Wiadomość nie może trwać dłużej niż 80 sekund, czyli możecie powiedzieć kilka krótkich zdań. Po otwarciu korka słyszymy nagranie kilkakrotnie (w pętli). Swój przekaz nagrywamy naciskając przycisk w podstawie butelki. Jak długo zostaje zachowana wiadomość? Aż ktoś nie nagra kolejnej.
Jak działa „wiadomość w butelce” możecie zobaczyć na live, który załączyłam na górze wpisu.
Zabawka jest wykonana z plastiku i silikonu i polecana od 3 lat. I zgadzam się, że od tego wieku będzie odpowiednia.
Poza tym, że świetnie sprawdza się w różnego typu zabawach – z nami była nad morzem i uczestniczyła w podchodach z poszukiwaniem skarbów – możemy wykorzystać ją do powtórek i edukacji. Na przykład nagrywając 3 wyrazy dnia, albo zdanie dnia, w obcym języku. Albo działanie z tabliczki mnożenia. Czy kilka wersów wiersza. Cytat. Inspirującą wiadomość w butelce.

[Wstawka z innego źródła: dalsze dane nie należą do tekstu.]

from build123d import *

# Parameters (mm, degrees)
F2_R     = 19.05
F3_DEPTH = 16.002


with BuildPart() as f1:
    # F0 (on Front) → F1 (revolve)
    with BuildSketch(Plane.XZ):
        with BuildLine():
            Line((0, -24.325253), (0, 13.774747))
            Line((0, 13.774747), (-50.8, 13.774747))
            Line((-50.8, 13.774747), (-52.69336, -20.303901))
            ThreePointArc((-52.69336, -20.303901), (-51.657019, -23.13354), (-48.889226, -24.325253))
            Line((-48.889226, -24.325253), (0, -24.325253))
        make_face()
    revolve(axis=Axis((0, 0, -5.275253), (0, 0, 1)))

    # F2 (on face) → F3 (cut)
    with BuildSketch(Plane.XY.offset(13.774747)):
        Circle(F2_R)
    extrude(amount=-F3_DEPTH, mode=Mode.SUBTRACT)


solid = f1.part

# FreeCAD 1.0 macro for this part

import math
import FreeCAD as App
import Part
import Sketcher
from FreeCAD import Vector
Q = App.Units.Quantity

doc = App.newDocument("Part")
body = doc.addObject("PartDesign::Body", "Body")

# Sketch on XZ plane
sketch1 = body.newObject("Sketcher::SketchObject", "Sketch")
sketch1.AttachmentSupport = (doc.getObject("XZ_Plane"), [""])
sketch1.MapMode = "FlatFace"
sketch1.addGeometry([
    Part.LineSegment(Vector(0, -24.325253, 0), Vector(0, 13.774747, 0)),  # 0
    Part.LineSegment(Vector(0, 13.774747, 0), Vector(-50.8, 13.774747, 0)),  # 1
    Part.LineSegment(Vector(-50.8, 13.774747, 0), Vector(-52.69336, -20.303901, 0)),  # 2
    Part.ArcOfCircle(Part.Circle(Vector(-48.889227, -20.515253, 0), Vector(0, 0, 1), 3.81), math.radians(176.819996), math.radians(270.000015)),  # 3
    Part.LineSegment(Vector(-48.889226, -24.325253, 0), Vector(0, -24.325253, 0)),  # 4
], False)
sketch1.addConstraint([
    Sketcher.Constraint("Coincident", 0, 2, 1, 1),
    Sketcher.Constraint("Coincident", 1, 2, 2, 1),
    Sketcher.Constraint("Tangent", 2, 2, 3, 1),
    Sketcher.Constraint("Tangent", 3, 2, 4, 1),
    Sketcher.Constraint("Coincident", 4, 2, 0, 1),
    Sketcher.Constraint("Vertical", 0),
    Sketcher.Constraint("Horizontal", 1),
    Sketcher.Constraint("Horizontal", 4),
    Sketcher.Constraint("PointOnObject", 0, 2, -2),
    Sketcher.Constraint("DistanceX", 1, 2, 1, 1, Q("2 in")),
    Sketcher.Constraint("Radius", 3, Q("0.15 in")),
    Sketcher.Constraint("DistanceY", 0, 1, 0, 2, Q("1.5 in")),
    Sketcher.Constraint("Angle", 2, Q("-93.180001 deg")),
    Sketcher.Constraint("DistanceY", 2, 2, -1, 1, 20.303901),
])
revolution = body.newObject("PartDesign::Revolution", "Revolution")
revolution.Profile = sketch1
revolution.ReferenceAxis = (sketch1, ["V_Axis"])
revolution.Angle = 360

# Sketch on XY plane
sketch2 = body.newObject("Sketcher::SketchObject", "Sketch001")
sketch2.AttachmentSupport = (doc.getObject("XY_Plane"), [""])
sketch2.MapMode = "FlatFace"
sketch2.AttachmentOffset = App.Placement(Vector(0, 0, 13.774747), App.Rotation())
sketch2.addGeometry(Part.Circle(Vector(0, 0, 0), Vector(0, 0, 1), 19.05), False)
sketch2.addConstraint([
    Sketcher.Constraint("Coincident", 0, 3, -1, 1),
    Sketcher.Constraint("Diameter", 0, Q("1.5 in")),
])
pocket1 = body.newObject("PartDesign::Pocket", "Pocket")
pocket1.Profile = sketch2
pocket1.Length = Q("0.63 in")

doc.recompute()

Uroczym zastosowaniem jest zostawianie dziecku miłej wiadomości w chwili, gdy nie możemy się z nim zobaczyć. Na przykład na dzień dobry, kiedy rano musimy wyjść wcześnie do pracy. W dodatku butelka z latarnią ładnie wygląda jako ozdoba dziecięcego pokoju.
KLOCKI MAGNETYCZNE OSLO
cena 199 zł, znajdziesz tu ➡ KLIK
Bardzo ciekawe klocki z tworzywa sztucznego, które mają w środku obracane magnesy. A to znaczy, że mały budowniczy nie musi dopasowywać kierunku magnesu, bo klocki łączą się ze sobą każdą stroną. Już z tego powodu poleciłabym tę zabawkę dla dwulatków, a nawet półtoraroczniaków, ale producent uprzedza, że Oslo są od trzech lat, więc przy tym zostańmy.
Mamy tu też element edukacyjny, czyli klocki sześciany z nadrukowanymi cyframi od 0 do 9. A to znaczy, że podczas zabawy, mimochodem, podstępnie uczymy malucha zapisu matematycznego.

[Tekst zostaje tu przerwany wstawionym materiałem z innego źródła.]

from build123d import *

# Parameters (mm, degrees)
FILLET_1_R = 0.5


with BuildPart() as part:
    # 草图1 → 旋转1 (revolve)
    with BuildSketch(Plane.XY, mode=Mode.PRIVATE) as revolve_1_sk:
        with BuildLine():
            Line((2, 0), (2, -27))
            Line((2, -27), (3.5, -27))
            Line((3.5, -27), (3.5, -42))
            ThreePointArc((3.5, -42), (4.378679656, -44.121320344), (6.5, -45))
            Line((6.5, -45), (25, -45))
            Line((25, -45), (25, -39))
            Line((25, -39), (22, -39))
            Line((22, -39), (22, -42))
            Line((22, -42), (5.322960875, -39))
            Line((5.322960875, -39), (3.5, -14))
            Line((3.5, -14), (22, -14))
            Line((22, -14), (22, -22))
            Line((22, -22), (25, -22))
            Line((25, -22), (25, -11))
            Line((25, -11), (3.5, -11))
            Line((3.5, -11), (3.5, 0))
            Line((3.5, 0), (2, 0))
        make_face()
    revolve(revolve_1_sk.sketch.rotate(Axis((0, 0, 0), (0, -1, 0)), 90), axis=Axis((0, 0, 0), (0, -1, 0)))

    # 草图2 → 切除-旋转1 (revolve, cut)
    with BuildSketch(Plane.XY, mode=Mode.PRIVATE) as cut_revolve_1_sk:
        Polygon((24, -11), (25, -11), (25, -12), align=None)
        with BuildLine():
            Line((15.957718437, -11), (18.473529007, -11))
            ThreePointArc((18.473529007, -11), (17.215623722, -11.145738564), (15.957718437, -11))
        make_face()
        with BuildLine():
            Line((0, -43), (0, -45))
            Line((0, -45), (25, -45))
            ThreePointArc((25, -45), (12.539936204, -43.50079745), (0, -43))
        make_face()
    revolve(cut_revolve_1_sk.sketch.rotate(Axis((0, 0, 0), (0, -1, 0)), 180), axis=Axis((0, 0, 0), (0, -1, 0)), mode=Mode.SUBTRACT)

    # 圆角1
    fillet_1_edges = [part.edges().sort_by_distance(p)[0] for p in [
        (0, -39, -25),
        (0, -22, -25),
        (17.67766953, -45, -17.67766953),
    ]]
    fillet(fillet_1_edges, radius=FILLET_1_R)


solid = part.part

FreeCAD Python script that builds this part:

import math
import FreeCAD as App
import Part
import Sketcher
Q = App.Units.Quantity


def edges_at(feature, points):
    """Names of the edges that pass closest to the given points."""
    edges = feature.Shape.Edges
    near = lambda p: min(range(len(edges)), key=lambda i: edges[i].distToShape(Part.Vertex(*p))[0])
    return sorted({f"Edge{near(p) + 1}" for p in points})

doc = App.newDocument("Part")
body = doc.addObject("PartDesign::Body", "Body")

sketch1 = body.newObject("Sketcher::SketchObject", "Sketch")
sketch1.AttachmentSupport = (doc.getObject("XY_Plane"), [""])
sketch1.MapMode = "FlatFace"
sketch1.addGeometry([
    Part.LineSegment(App.Vector(2, 0, 0), App.Vector(2, -27, 0)),
    Part.LineSegment(App.Vector(2, -27, 0), App.Vector(3.5, -27, 0)),
    Part.LineSegment(App.Vector(3.5, -27, 0), App.Vector(3.5, -42, 0)),
    Part.ArcOfCircle(Part.Circle(App.Vector(6.5, -42, 0), App.Vector(0, 0, 1), 3), math.radians(180), math.radians(270)),
    Part.LineSegment(App.Vector(6.5, -45, 0), App.Vector(25, -45, 0)),
    Part.LineSegment(App.Vector(25, -45, 0), App.Vector(25, -39, 0)),
    Part.LineSegment(App.Vector(25, -39, 0), App.Vector(22, -39, 0)),
    Part.LineSegment(App.Vector(22, -39, 0), App.Vector(22, -42, 0)),
    Part.LineSegment(App.Vector(22, -42, 0), App.Vector(5.3, -39, 0)),
    Part.LineSegment(App.Vector(5.3, -39, 0), App.Vector(3.5, -14, 0)),
    Part.LineSegment(App.Vector(3.5, -14, 0), App.Vector(22, -14, 0)),
    Part.LineSegment(App.Vector(22, -14, 0), App.Vector(22, -22, 0)),
    Part.LineSegment(App.Vector(22, -22, 0), App.Vector(25, -22, 0)),
    Part.LineSegment(App.Vector(25, -22, 0), App.Vector(25, -11, 0)),
    Part.LineSegment(App.Vector(25, -11, 0), App.Vector(3.5, -11, 0)),
    Part.LineSegment(App.Vector(3.5, -11, 0), App.Vector(3.5, 0, 0)),
    Part.LineSegment(App.Vector(3.5, 0, 0), App.Vector(2, 0, 0)),
], False)
sketch1.addConstraint([
    Sketcher.Constraint("Coincident", 0, 2, 1, 1),
    Sketcher.Constraint("Coincident", 1, 2, 2, 1),
    Sketcher.Constraint("Tangent", 2, 2, 3, 1),
    Sketcher.Constraint("Tangent", 3, 2, 4, 1),
    Sketcher.Constraint("Coincident", 4, 2, 5, 1),
    Sketcher.Constraint("Coincident", 5, 2, 6, 1),
    Sketcher.Constraint("Coincident", 6, 2, 7, 1),
    Sketcher.Constraint("Coincident", 7, 2, 8, 1),
    Sketcher.Constraint("Coincident", 8, 2, 9, 1),
    Sketcher.Constraint("Coincident", 9, 2, 10, 1),
    Sketcher.Constraint("Coincident", 10, 2, 11, 1),
    Sketcher.Constraint("Coincident", 11, 2, 12, 1),
    Sketcher.Constraint("Coincident", 12, 2, 13, 1),
    Sketcher.Constraint("Coincident", 13, 2, 14, 1),
    Sketcher.Constraint("Coincident", 14, 2, 15, 1),
    Sketcher.Constraint("Coincident", 15, 2, 16, 1),
    Sketcher.Constraint("Coincident", 16, 2, 0, 1),
    Sketcher.Constraint("Vertical", 0),
    Sketcher.Constraint("Horizontal", 1),
    Sketcher.Constraint("Vertical", 2),
    Sketcher.Constraint("Horizontal", 4),
    Sketcher.Constraint("Vertical", 5),
    Sketcher.Constraint("Horizontal", 6),
    Sketcher.Constraint("Vertical", 7),
    Sketcher.Constraint("Horizontal", 10),
    Sketcher.Constraint("Vertical", 11),
    Sketcher.Constraint("Horizontal", 12),
    Sketcher.Constraint("Vertical", 13),
    Sketcher.Constraint("Horizontal", 14),
    Sketcher.Constraint("Vertical", 15),
    Sketcher.Constraint("Horizontal", 16),
    Sketcher.Constraint("PointOnObject", 15, 2, -1),
    Sketcher.Constraint("Horizontal", 2, 2, 7, 2),
    Sketcher.Constraint("Horizontal", 6, 2, 8, 2),
    Sketcher.Constraint("Vertical", 2, 2, 9, 2),
    Sketcher.Constraint("Vertical", 7, 2, 10, 2),
    Sketcher.Constraint("Vertical", 5, 2, 12, 2),
    Sketcher.Constraint("Vertical", 9, 2, 14, 2),
    Sketcher.Constraint("Equal", 4, 10),
    Sketcher.Constraint("Equal", 12, 7),
    Sketcher.Constraint("Equal", 13, 15),
    Sketcher.Constraint("Radius", 3, Q("3 mm")),
    Sketcher.Constraint("DistanceY", 0, 2, 0, 1, Q("27 mm")),
    Sketcher.Constraint("DistanceY", 2, 2, 2, 1, Q("15 mm")),
    Sketcher.Constraint("DistanceY", 11, 2, 11, 1, Q("8 mm")),
    Sketcher.Constraint("DistanceY", 13, 1, 13, 2, Q("11 mm")),
    Sketcher.Constraint("DistanceX", 1, 1, 1, 2, Q("1.5 mm")),
    Sketcher.Constraint("DistanceX", 4, 1, 4, 2, Q("18.5 mm")),
    Sketcher.Constraint("DistanceX", -1, 1, 0, 2, Q("2 mm")),
    Sketcher.Constraint("DistanceX", -1, 1, 8, 2, Q("5.322961 mm")),
])
revolution = body.newObject("PartDesign::Revolution", "Revolution")
revolution.Profile = sketch1
revolution.ReferenceAxis = (sketch1, ["V_Axis"])
revolution.Angle = 360

sketch2 = body.newObject("Sketcher::SketchObject", "Sketch001")
sketch2.AttachmentSupport = (doc.getObject("XY_Plane"), [""])
sketch2.MapMode = "FlatFace"
sketch2.addGeometry([
    Part.LineSegment(App.Vector(25, -11, 0), App.Vector(24, -11, 0)),
    Part.LineSegment(App.Vector(24, -11, 0), App.Vector(25, -12, 0)),
    Part.LineSegment(App.Vector(25, -12, 0), App.Vector(25, -11, 0)),
    Part.LineSegment(App.Vector(18.5, -11, 0), App.Vector(16, -11, 0)),
    Part.ArcOfCircle(Part.Circle(App.Vector(17.2, -5.6, 0), App.Vector(0, 0, 1), 5.5), math.radians(-103), math.radians(-77)),
    Part.LineSegment(App.Vector(0, -43, 0), App.Vector(0, -45, 0)),
    Part.LineSegment(App.Vector(0, -45, 0), App.Vector(25, -45, 0)),
    Part.ArcOfCircle(Part.Circle(App.Vector(0, -200.2, 0), App.Vector(0, 0, 1), 157.2), math.radians(80.85), math.radians(90)),
], False)
sketch2.addConstraint([
    Sketcher.Constraint("Coincident", 0, 2, 1, 1),
    Sketcher.Constraint("Coincident", 1, 2, 2, 1),
    Sketcher.Constraint("Coincident", 2, 2, 0, 1),
    Sketcher.Constraint("Coincident", 3, 1, 4, 2),
    Sketcher.Constraint("Coincident", 4, 1, 3, 2),
    Sketcher.Constraint("Coincident", 5, 2, 6, 1),
    Sketcher.Constraint("Coincident", 6, 2, 7, 1),
    Sketcher.Constraint("Coincident", 7, 2, 5, 1),
    Sketcher.Constraint("Horizontal", 0),
    Sketcher.Constraint("Vertical", 2),
    Sketcher.Constraint("Horizontal", 3),
    Sketcher.Constraint("Vertical", 5),
    Sketcher.Constraint("Horizontal", 6),
    Sketcher.Constraint("PointOnObject", 7, 3, -2),
    Sketcher.Constraint("PointOnObject", 5, 2, -2),
    Sketcher.Constraint("Horizontal", 2, 2, 3, 1),
    Sketcher.Constraint("Vertical", 2, 2, 6, 2),
    Sketcher.Constraint("Equal", 0, 2),
    Sketcher.Constraint("DistanceX", 0, 2, 0, 1, Q("1 mm")),
    Sketcher.Constraint("DistanceX", 6, 1, 6, 2, Q("25 mm")),
    Sketcher.Constraint("DistanceY", 5, 2, 5, 1, Q("2 mm")),
    Sketcher.Constraint("DistanceY", 0, 2, -1, 1, Q("11 mm")),
    Sketcher.Constraint("DistanceY", 5, 2, -1, 1, Q("45 mm")),
    Sketcher.Constraint("Radius", 4, Q("5.501514 mm")),
    Sketcher.Constraint("DistanceX", 3, 2, 3, 1, Q("2.515811 mm")),
    Sketcher.Constraint("DistanceX", -1, 1, 3, 1, Q("18.473529 mm")),
])
groove = body.newObject("PartDesign::Groove", "Groove")
groove.Profile = sketch2
groove.ReferenceAxis = (sketch2, ["V_Axis"])
groove.Angle = 360
doc.recompute()

fillet = body.newObject("PartDesign::Fillet", "Fillet")
fillet.Base = (groove, edges_at(groove, [(0, -39, -25), (0, -22, -25), (17.678, -45, -17.678)]))
fillet.Radius = 0.5

doc.recompute()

Klocków mamy 24. Są w sześciu kształtach + klocki z kółkami, i w sześciu kolorach. To sprawia, że można z nich zbudować naprawdę barwne i różnorodne konstrukcje, które w dodatku dobrze się trzymają. Podczas zabawy, gdy klocki łączą się słychać charakterystyczne kliknięcie. Do klocków dodana jest kolorowa instrukcja, w bardzo dobrym formacie, która pozwala bawić się zabawką nawet na niewielkim stoliczku.
Co do opakowania, to zwróćcie uwagę na dwa drobiazgi. Jest rączka do trzymania – zawsze miły dodatek. A w środku znajdziecie formę z plastiku w którą wkładane są klocki. Nie wyrzucajcie jej. Kiedy dziecko będzie układało w niej klocki, to przy okazji wykona doskonałe ćwiczenie na małą motorykę, precyzję, cierpliwość.

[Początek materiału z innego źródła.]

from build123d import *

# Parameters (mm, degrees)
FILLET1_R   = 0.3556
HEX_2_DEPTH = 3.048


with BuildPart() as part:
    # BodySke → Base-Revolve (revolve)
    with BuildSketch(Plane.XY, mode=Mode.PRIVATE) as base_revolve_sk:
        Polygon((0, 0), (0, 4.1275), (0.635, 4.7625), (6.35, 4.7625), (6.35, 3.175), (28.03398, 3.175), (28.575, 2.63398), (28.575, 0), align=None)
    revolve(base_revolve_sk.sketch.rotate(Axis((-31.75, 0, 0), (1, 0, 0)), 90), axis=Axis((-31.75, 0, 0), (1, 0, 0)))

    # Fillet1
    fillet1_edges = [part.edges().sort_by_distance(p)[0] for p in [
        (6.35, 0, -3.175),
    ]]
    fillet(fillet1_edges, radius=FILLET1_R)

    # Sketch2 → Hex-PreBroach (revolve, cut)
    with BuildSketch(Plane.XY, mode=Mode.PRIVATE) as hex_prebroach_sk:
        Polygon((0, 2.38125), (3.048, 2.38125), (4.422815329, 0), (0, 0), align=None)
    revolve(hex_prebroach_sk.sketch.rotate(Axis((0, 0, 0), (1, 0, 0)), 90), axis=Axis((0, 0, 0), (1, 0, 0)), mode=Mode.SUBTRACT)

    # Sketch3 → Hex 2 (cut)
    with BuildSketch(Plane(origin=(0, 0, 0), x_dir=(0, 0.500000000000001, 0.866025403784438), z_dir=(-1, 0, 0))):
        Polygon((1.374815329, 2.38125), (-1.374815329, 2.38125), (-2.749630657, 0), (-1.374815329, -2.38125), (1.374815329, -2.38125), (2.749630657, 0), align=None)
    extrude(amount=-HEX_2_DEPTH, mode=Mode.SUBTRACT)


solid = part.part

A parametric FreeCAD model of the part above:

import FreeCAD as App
import Part
import Sketcher

V = App.Vector
Q = App.Units.Quantity


def edges_at(feature, points):
    """Names of the edges that pass closest to the given points."""
    edges = feature.Shape.Edges
    near = lambda p: min(range(len(edges)), key=lambda i: edges[i].distToShape(Part.Vertex(*p))[0])
    return sorted({f"Edge{near(p) + 1}" for p in points})


def add_polygon(sketch, points):
    """Adds a closed chain of lines whose ends are joined by coincident constraints."""
    first, n = sketch.GeometryCount, len(points)
    for a, b in zip(points, points[1:] + points[:1]):
        sketch.addGeometry(Part.LineSegment(App.Vector(*a, 0), App.Vector(*b, 0)), False)
    for i in range(n):
        sketch.addConstraint(Sketcher.Constraint("Coincident", first + i, 2, first + (i + 1) % n, 1))

doc = App.newDocument("Part")
body = doc.addObject("PartDesign::Body", "Body")

sketch1 = doc.addObject("Sketcher::SketchObject", "Sketch")
body.addObject(sketch1)
sketch1.AttachmentSupport = (doc.XY_Plane, [""])
sketch1.MapMode = "FlatFace"
add_polygon(sketch1, [(0, 4.1), (0, 0), (28.6, 0), (28.6, 2.6), (28, 3.2), (6.3, 3.2), (6.3, 4.8), (0.6, 4.8)])
sketch1.addConstraint([
    Sketcher.Constraint("Vertical", 0),
    Sketcher.Constraint("Horizontal", 1),
    Sketcher.Constraint("Vertical", 2),
    Sketcher.Constraint("Horizontal", 4),
    Sketcher.Constraint("Vertical", 5),
    Sketcher.Constraint("Horizontal", 6),
    Sketcher.Constraint("Coincident", 0, 2, -1, 1),
    Sketcher.Constraint("Perpendicular", 3, 7),
    Sketcher.Constraint("Angle", 3, Q("135 deg")),
    Sketcher.Constraint("DistanceX", 6, 2, 2, 2, Q("1.1 in")),
    Sketcher.Constraint("DistanceX", 1, 1, 1, 2, Q("1.125 in")),
    Sketcher.Constraint("DistanceX", 6, 2, 6, 1, Q("0.225 in")),
    Sketcher.Constraint("DistanceY", 5, 1, 5, 2, Q("0.0625 in")),
    Sketcher.Constraint("DistanceX", 4, 2, 4, 1, Q("0.8537 in")),
    Sketcher.Constraint("DistanceY", 0, 2, 0, 1, Q("0.1625 in")),
])
revolution = doc.addObject("PartDesign::Revolution", "Revolution")
body.addObject(revolution)
revolution.Profile = sketch1
revolution.ReferenceAxis = (sketch1, ["H_Axis"])
revolution.Angle = 360
doc.recompute()

fillet = doc.addObject("PartDesign::Fillet", "Fillet")
body.addObject(fillet)
fillet.Base = (revolution, edges_at(revolution, [(6.35, 0, -3.175)]))
fillet.Radius = Q("0.014 in")

sketch2 = doc.addObject("Sketcher::SketchObject", "Sketch001")
body.addObject(sketch2)
sketch2.AttachmentSupport = (doc.XY_Plane, [""])
sketch2.MapMode = "FlatFace"
add_polygon(sketch2, [(3, 2.4), (0, 2.4), (0, 0), (4.4, 0)])
sketch2.addConstraint([
    Sketcher.Constraint("Horizontal", 0),
    Sketcher.Constraint("Vertical", 1),
    Sketcher.Constraint("Horizontal", 2),
    Sketcher.Constraint("Coincident", 1, 2, -1, 1),
    Sketcher.Constraint("Angle", 3, Q("120 deg")),
    Sketcher.Constraint("DistanceX", 0, 2, 0, 1, Q("0.12 in")),
    Sketcher.Constraint("DistanceY", 1, 2, 1, 1, Q("0.09375 in")),
])
groove = doc.addObject("PartDesign::Groove", "Groove")
body.addObject(groove)
groove.Profile = sketch2
groove.ReferenceAxis = (sketch2, ["H_Axis"])
groove.Angle = 360

sketch3 = doc.addObject("Sketcher::SketchObject", "Sketch002")
body.addObject(sketch3)
sketch3.AttachmentSupport = (doc.YZ_Plane, [""])
sketch3.MapMode = "FlatFace"
add_polygon(sketch3, [(2.7, 0), (1.4, -2.4), (-1.4, -2.4), (-2.7, 0), (-1.4, 2.4), (1.4, 2.4)])
sketch3.addConstraint([
    Sketcher.Constraint("Horizontal", 1),
    Sketcher.Constraint("Horizontal", 4),
    Sketcher.Constraint("Symmetric", 0, 2, 3, 2, -1, 1),
    Sketcher.Constraint("Symmetric", 2, 2, 5, 2, -1, 1),
    Sketcher.Constraint("PointOnObject", 2, 2, -1),
    Sketcher.Constraint("Parallel", 2, 5),
    Sketcher.Constraint("Vertical", 1, 2, 3, 2),
    Sketcher.Constraint("Angle", 0, Q("-120 deg")),
    Sketcher.Constraint("DistanceY", 0, 2, -1, 1, Q("0.09375 in")),
    Sketcher.Constraint("DistanceX", 1, 2, 1, 1, Q("2.749631 mm")),
])
pocket1 = doc.addObject("PartDesign::Pocket", "Pocket")
body.addObject(pocket1)
pocket1.Profile = sketch3
pocket1.Length = Q("0.12 in")
pocket1.Reversed = True

doc.recompute()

Pod zdjęciami możecie obejrzeć video, przewińcie na koniec filmu, gdzie zobaczycie, jak po raz pierwszy trzymam klocki w rękach i jakie są moje wrażenia.
Publiée par Zabawkator sur Mercredi 22 août 2018
„Wiadomość w butelce” Tekst i zdjęcia: Ania Oka
A czy znacie już głównych bohaterów Alilo? Króliczki? (przeczytacie o nich KLIKAJĄC w zdjęcie).
♦♦♦♦♦
WYNIKI ROZDANIA Z KLOCKAMI I NOWE ROZDANIE Z „WIADOMOŚĆ W BUTELCE”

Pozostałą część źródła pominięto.